_Task item_
Your answer is the lines below, exactly, from the one that contains "e23 v16 v18 LINE" through the one that contains "e32 v21 v26 LINE", both included.

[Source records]

☆ ☆ ☆ ☆

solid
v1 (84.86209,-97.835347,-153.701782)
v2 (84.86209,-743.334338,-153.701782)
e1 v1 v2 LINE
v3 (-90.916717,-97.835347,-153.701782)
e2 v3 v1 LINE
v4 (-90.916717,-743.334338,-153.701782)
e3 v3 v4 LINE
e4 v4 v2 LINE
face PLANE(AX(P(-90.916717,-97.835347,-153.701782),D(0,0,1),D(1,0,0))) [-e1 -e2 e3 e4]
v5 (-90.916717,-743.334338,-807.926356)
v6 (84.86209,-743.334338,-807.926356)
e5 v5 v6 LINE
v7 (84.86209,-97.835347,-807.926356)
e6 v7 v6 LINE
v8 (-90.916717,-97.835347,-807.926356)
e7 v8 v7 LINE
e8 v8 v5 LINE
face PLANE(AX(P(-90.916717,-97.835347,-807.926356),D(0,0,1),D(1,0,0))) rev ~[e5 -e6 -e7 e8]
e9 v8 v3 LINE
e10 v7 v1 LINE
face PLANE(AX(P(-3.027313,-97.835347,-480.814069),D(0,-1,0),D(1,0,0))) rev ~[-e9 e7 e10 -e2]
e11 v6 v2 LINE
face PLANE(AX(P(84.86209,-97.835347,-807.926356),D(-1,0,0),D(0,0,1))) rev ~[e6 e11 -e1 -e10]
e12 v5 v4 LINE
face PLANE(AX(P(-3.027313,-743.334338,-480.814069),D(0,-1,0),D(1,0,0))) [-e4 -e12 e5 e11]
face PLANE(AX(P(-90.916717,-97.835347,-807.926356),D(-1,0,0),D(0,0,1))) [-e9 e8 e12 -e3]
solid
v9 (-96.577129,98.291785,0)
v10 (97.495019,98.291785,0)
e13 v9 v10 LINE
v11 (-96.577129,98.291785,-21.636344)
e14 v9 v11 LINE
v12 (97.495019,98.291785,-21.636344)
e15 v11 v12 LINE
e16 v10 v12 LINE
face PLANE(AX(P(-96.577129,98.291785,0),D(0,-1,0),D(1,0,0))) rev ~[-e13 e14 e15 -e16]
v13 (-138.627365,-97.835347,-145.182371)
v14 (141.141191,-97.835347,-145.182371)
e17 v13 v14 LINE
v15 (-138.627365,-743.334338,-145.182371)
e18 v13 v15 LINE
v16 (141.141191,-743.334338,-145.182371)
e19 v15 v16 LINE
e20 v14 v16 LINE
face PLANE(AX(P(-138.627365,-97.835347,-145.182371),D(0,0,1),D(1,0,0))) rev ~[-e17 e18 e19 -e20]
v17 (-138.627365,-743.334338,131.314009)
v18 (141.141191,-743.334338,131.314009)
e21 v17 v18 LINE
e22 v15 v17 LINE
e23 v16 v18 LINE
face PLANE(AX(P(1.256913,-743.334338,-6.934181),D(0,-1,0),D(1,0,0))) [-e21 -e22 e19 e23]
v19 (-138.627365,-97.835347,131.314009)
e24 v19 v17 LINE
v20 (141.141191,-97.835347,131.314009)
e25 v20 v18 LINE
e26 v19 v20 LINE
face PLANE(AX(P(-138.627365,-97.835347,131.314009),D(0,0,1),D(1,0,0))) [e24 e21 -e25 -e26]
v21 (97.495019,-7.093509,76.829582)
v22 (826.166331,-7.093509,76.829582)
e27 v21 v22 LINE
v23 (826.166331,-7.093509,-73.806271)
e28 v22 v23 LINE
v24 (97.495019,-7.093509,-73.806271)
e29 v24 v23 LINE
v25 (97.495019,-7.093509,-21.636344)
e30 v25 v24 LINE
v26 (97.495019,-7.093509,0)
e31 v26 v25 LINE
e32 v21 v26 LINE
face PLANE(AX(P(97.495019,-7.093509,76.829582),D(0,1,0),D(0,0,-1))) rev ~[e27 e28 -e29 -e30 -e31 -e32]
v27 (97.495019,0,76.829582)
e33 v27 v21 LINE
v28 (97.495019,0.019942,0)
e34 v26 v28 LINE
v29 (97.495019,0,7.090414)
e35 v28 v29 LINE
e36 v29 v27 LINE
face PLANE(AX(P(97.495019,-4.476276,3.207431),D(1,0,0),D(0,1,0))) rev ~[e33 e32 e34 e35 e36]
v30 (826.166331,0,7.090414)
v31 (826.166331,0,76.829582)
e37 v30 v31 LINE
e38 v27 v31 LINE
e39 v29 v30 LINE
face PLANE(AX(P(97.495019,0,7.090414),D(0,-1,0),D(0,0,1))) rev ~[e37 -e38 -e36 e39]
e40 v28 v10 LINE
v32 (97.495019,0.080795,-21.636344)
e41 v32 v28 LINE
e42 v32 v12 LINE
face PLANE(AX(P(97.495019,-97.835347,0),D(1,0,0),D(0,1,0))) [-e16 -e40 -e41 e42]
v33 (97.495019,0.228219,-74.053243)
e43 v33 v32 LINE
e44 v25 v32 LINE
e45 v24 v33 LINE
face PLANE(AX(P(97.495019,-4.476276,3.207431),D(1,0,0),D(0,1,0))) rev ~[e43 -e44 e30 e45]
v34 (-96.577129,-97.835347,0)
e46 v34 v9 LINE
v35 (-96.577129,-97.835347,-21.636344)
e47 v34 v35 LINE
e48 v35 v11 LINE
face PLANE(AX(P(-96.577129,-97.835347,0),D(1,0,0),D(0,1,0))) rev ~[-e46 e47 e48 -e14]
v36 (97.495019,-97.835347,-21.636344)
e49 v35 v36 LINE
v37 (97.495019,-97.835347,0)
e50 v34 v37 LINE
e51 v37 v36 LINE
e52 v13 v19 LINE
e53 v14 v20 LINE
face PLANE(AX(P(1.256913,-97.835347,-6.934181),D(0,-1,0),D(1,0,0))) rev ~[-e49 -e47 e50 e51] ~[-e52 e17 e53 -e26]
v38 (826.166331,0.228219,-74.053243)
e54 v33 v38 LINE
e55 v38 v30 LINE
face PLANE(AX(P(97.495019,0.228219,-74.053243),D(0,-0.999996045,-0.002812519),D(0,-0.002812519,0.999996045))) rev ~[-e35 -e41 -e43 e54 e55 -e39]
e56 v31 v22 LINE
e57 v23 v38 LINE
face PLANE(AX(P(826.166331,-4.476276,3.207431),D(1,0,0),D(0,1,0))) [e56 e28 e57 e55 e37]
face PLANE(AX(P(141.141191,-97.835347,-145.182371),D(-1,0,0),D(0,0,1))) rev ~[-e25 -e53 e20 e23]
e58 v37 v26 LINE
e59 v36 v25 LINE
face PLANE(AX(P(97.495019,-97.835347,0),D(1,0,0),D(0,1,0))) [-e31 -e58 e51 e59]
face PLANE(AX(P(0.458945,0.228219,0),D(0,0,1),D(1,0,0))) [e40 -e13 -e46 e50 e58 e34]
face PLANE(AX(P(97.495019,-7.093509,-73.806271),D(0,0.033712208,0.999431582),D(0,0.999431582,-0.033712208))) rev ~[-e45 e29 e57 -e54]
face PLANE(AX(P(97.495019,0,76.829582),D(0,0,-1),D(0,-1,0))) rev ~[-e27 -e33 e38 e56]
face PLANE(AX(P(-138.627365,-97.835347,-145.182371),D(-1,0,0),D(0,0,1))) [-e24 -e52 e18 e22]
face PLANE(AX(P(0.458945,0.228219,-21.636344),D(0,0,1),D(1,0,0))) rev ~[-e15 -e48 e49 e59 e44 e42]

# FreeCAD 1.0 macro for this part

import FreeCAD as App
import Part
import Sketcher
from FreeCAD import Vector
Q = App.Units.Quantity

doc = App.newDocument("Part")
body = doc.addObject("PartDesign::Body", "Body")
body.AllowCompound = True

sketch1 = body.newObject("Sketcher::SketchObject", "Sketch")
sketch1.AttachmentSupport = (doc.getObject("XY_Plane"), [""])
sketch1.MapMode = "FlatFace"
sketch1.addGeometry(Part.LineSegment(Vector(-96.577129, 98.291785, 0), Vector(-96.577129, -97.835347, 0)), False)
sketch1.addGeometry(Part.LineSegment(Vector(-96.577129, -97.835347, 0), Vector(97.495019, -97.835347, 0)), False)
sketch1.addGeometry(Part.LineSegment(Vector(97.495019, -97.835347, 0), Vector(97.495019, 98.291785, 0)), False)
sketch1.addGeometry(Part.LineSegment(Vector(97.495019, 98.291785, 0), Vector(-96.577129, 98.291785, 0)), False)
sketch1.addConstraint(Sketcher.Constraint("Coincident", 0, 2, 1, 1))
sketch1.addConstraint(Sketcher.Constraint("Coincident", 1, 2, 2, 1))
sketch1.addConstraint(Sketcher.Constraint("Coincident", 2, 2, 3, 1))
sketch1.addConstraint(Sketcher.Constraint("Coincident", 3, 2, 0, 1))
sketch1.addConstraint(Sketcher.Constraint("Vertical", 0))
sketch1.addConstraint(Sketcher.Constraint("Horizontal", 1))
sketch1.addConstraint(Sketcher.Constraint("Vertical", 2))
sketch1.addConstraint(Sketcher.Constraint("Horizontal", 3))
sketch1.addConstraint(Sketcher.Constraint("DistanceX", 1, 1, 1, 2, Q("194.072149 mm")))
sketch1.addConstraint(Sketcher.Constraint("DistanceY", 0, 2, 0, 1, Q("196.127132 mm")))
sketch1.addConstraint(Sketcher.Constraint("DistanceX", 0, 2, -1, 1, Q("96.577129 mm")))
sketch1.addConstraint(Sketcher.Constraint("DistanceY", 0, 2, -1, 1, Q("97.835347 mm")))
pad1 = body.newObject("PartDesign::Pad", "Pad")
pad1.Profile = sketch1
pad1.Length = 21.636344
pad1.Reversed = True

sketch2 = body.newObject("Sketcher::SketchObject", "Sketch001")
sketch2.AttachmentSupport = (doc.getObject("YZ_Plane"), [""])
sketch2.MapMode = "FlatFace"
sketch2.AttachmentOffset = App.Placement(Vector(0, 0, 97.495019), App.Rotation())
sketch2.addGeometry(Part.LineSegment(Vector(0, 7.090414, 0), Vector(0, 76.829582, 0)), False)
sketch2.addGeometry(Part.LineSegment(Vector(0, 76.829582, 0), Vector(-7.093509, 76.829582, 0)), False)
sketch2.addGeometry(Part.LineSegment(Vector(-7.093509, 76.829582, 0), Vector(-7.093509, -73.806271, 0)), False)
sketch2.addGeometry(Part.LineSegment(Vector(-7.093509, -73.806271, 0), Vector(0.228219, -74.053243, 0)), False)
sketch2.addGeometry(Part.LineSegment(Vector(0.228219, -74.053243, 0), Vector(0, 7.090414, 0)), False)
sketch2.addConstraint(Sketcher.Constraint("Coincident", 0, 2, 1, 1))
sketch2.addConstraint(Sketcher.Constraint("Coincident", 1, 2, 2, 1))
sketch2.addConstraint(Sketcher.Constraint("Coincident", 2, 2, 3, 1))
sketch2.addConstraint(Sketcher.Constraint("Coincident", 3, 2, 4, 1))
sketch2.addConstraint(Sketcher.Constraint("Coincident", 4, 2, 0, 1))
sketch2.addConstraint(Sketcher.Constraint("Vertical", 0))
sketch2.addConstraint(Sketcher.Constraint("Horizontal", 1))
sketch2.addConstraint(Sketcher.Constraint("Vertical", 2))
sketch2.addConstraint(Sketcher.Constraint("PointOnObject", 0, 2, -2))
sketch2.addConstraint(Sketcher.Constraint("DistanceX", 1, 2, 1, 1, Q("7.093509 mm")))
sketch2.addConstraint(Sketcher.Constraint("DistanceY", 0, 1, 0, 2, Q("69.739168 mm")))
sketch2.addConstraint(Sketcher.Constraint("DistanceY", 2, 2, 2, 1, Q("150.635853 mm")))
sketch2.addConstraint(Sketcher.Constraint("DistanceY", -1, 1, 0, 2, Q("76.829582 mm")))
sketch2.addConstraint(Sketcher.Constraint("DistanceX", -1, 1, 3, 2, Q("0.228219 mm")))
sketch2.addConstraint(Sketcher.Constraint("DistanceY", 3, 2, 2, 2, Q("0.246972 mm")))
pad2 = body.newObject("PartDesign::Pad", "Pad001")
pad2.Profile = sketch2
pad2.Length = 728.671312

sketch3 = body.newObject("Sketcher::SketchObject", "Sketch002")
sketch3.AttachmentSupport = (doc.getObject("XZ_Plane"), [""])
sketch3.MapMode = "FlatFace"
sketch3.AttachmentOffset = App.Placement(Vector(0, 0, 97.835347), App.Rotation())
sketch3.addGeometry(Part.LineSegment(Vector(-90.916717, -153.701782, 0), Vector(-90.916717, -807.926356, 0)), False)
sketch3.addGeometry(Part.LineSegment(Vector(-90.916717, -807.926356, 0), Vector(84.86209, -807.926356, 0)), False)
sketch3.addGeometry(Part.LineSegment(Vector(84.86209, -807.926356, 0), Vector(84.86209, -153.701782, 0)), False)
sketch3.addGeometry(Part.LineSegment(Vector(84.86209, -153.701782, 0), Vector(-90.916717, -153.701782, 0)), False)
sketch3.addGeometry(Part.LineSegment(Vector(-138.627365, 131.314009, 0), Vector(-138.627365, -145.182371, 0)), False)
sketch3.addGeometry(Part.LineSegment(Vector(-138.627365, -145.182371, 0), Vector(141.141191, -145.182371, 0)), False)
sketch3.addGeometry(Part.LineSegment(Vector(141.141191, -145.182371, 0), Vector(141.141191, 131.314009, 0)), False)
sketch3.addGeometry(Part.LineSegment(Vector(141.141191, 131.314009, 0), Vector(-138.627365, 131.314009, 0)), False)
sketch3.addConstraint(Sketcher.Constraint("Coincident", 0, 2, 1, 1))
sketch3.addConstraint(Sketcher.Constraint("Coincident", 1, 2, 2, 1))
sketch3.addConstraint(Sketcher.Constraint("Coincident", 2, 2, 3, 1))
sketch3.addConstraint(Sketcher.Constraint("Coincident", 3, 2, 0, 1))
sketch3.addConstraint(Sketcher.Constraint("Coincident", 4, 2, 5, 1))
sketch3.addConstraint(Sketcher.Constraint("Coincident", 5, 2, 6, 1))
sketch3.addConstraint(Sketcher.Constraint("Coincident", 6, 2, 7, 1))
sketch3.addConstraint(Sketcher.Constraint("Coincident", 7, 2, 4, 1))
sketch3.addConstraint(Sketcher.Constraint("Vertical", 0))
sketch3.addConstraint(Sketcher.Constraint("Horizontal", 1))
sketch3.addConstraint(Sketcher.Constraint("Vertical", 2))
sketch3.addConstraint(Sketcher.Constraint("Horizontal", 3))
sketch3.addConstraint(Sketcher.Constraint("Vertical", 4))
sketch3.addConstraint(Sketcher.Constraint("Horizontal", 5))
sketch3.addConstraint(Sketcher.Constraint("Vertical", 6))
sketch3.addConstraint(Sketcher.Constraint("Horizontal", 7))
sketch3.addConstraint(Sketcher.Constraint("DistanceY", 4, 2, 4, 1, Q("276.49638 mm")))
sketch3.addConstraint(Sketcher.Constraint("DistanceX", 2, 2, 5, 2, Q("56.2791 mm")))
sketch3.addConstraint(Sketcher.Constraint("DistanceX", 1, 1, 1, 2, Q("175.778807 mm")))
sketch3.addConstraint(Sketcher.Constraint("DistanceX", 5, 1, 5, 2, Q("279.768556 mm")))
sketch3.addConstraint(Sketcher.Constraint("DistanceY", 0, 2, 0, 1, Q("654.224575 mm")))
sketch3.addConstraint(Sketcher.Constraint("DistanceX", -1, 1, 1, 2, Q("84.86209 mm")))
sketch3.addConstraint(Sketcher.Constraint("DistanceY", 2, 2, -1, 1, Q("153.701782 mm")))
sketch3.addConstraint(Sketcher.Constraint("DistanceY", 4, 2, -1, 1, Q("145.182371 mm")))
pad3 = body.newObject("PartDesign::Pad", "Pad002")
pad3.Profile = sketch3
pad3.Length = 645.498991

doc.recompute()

☆ ☆ ☆ ☆

_Answer section_
e23 v16 v18 LINE
face PLANE(AX(P(1.256913,-743.334338,-6.934181),D(0,-1,0),D(1,0,0))) [-e21 -e22 e19 e23]
v19 (-138.627365,-97.835347,131.314009)
e24 v19 v17 LINE
v20 (141.141191,-97.835347,131.314009)
e25 v20 v18 LINE
e26 v19 v20 LINE
face PLANE(AX(P(-138.627365,-97.835347,131.314009),D(0,0,1),D(1,0,0))) [e24 e21 -e25 -e26]
v21 (97.495019,-7.093509,76.829582)
v22 (826.166331,-7.093509,76.829582)
e27 v21 v22 LINE
v23 (826.166331,-7.093509,-73.806271)
e28 v22 v23 LINE
v24 (97.495019,-7.093509,-73.806271)
e29 v24 v23 LINE
v25 (97.495019,-7.093509,-21.636344)
e30 v25 v24 LINE
v26 (97.495019,-7.093509,0)
e31 v26 v25 LINE
e32 v21 v26 LINE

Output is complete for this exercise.